Soyabean contains antinutritional factor that causes poor digestibility of protein. Hence it is recommended to consume readymade atta as it has all anti-nutritional factor removed. So if u want to use it in wheat flour, buy readymade atta than adding soybeans with wheat.
How to Select
Soya flour is available in natural foods stores and in some supermarkets. Read the label and then buy accordingly.
· Since soya flour can become packed in its bag or container, always stir it before measuring.
· Soya flour can be used as-is, or, for a pleasant nutty flavour, toast it before adding it to a recipe. Put the soy flour in a dry skillet and cook it, stirring occasionally, over moderate heat
· Soya flour can be used coarsely powdered as a thickening agent in gravies and sauces, or it can be added,finely powdered, to baked goods.
· In baked products, soya adds tenderness and moisture and helps to keep products from becoming stale.
· Products containing soya flour brown more quickly, so it is sometimes necessary to either shorten the baking time or decrease the temperature slightly.
· For products that do not contain yeast, such as muffins and cookies, replace up to 1/4 the total amount of flour called for in a recipe with soya flour.
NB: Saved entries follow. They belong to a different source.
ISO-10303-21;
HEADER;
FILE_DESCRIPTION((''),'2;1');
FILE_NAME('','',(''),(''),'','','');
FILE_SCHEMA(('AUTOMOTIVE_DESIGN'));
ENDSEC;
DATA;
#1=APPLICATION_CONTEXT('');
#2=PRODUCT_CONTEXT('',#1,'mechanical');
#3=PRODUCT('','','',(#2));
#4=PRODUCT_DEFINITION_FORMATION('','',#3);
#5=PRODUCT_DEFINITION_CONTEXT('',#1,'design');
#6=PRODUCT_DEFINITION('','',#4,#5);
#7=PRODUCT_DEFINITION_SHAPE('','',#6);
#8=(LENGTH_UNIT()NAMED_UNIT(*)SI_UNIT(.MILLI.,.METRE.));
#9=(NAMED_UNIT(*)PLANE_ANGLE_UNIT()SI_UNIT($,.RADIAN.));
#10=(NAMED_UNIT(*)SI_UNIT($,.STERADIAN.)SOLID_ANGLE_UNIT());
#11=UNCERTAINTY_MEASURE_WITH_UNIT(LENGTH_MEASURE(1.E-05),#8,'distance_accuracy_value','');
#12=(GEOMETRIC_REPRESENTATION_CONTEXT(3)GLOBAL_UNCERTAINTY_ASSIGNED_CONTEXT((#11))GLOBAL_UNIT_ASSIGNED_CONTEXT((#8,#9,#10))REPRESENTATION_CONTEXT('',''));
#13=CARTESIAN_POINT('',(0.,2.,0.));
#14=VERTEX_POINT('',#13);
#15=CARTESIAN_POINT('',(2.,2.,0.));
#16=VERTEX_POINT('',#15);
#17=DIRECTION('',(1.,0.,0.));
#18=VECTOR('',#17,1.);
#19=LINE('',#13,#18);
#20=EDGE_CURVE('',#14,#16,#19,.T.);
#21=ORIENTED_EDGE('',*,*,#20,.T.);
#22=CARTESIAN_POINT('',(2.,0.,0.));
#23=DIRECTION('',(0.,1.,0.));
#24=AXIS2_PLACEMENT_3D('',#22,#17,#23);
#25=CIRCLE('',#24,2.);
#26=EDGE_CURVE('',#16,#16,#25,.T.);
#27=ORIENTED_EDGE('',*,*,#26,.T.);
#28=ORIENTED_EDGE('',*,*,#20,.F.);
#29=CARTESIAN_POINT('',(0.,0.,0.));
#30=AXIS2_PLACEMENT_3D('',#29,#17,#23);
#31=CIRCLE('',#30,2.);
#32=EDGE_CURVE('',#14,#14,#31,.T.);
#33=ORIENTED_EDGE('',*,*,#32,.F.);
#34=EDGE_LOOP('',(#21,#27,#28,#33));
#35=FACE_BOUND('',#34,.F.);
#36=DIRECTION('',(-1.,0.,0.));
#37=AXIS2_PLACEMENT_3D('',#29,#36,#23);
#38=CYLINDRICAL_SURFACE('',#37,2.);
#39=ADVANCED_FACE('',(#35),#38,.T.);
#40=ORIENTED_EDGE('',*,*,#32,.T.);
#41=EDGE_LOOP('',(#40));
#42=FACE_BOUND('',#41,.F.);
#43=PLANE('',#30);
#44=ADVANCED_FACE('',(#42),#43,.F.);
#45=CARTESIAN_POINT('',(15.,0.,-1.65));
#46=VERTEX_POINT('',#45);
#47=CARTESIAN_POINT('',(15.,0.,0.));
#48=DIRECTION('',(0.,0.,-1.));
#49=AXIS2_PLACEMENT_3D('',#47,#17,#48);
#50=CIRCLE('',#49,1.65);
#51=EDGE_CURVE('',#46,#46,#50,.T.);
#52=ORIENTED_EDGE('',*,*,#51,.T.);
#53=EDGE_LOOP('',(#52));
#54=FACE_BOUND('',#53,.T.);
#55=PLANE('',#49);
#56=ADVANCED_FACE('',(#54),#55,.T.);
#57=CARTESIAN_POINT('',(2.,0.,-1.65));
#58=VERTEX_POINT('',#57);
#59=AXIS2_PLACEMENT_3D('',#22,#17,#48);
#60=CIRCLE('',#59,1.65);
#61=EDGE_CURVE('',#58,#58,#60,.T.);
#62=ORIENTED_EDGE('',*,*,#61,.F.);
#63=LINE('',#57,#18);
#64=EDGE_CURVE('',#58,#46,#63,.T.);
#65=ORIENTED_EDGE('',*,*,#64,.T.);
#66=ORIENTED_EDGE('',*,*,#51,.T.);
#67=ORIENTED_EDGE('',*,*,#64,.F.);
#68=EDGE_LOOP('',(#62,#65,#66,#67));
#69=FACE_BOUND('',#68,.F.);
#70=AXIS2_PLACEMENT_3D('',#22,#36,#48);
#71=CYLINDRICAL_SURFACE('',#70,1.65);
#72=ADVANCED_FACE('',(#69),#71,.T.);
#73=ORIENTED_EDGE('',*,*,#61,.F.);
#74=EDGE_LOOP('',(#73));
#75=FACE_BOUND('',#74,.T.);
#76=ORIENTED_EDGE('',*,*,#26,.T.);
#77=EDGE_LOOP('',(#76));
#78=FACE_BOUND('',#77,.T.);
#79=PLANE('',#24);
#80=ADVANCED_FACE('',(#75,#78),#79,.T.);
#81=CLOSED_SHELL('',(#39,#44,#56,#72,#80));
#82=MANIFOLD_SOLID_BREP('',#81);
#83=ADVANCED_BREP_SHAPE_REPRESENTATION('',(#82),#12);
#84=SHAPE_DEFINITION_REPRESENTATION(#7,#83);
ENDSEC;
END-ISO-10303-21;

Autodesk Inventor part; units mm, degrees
ref_plane "YZ Plane" through (0, 0, 0) normal (1, 0, 0) x (0, 1, 0)
ref_plane "XZ Plane" through (0, 0, 0) normal (0, 1, 0) x (-1, 0, 0)
ref_plane "XY Plane" through (0, 0, 0) normal (0, 0, 1) x (1, 0, 0)
sketch "Sketch1" plane through (0, 0, 0) normal (1, 0, 0) x (0, 1, 0)
  circle A0 centre (0, 0) radius 2
  dimension "d0" = 4
extrude "Extrusion1" add sketch "Sketch1" along normal blind 2
sketch "Sketch2" plane through (2, 0, 0) normal (1, 0, 0) x (0, 0, -1)
  circle A0 centre (0, 0) radius 1.65
  dimension "d3" = 3.3
extrude "Extrusion2" add sketch "Sketch2" along normal blind 13
properties part number "Ø3Split"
For products that are yeast-raised, such as bread, replace up to 15% of the flour called for in the recipe by placing two tablespoons of soya flour in the cup before measuring each cup of flour.
· Using more soya flour than this will cause breads to be too heavy and dense, since soya flour is free of gluten, the protein that gives structure to yeast-raised baked products.
· Soya flour also makes a good egg substitute in baked products. Replace one egg with 1 tablespoon of soya flour plus 1 tablespoon (15mL) of water.
· Although soy flour has not yet found its way into many family kitchens, it is used extensively by the food industry.
· Soy flour turns up in an amazing array of food products, including fudge and other candies, pies, doughnuts, cakes and rolls, pasta, pancake mixes and frozen desserts.
· In fried foods, like doughnuts, soy flour reduces the amount of fat that is absorbed by the dough.
· It adds a rich color, fine texture, tenderness and moistness to baked goods.
· Soy flour can also be used to make a quick, homemade soymilk.
How to Store
Because soya flour must always be refrigerated, it is not often available in bulk. Keep soya flour in the refrigerator for several months or in the freezer for up to a year.
· Soy flour is extremely rich in high quality protein and is an excellent source of iron, calcium and B-vitamins.
· Soya flour is not as good a source of isoflavones (phytoestrogens) as are most soya products.
· Isoflavones are compounds thought to be largely responsible for many of the health benefits associated with eating soya.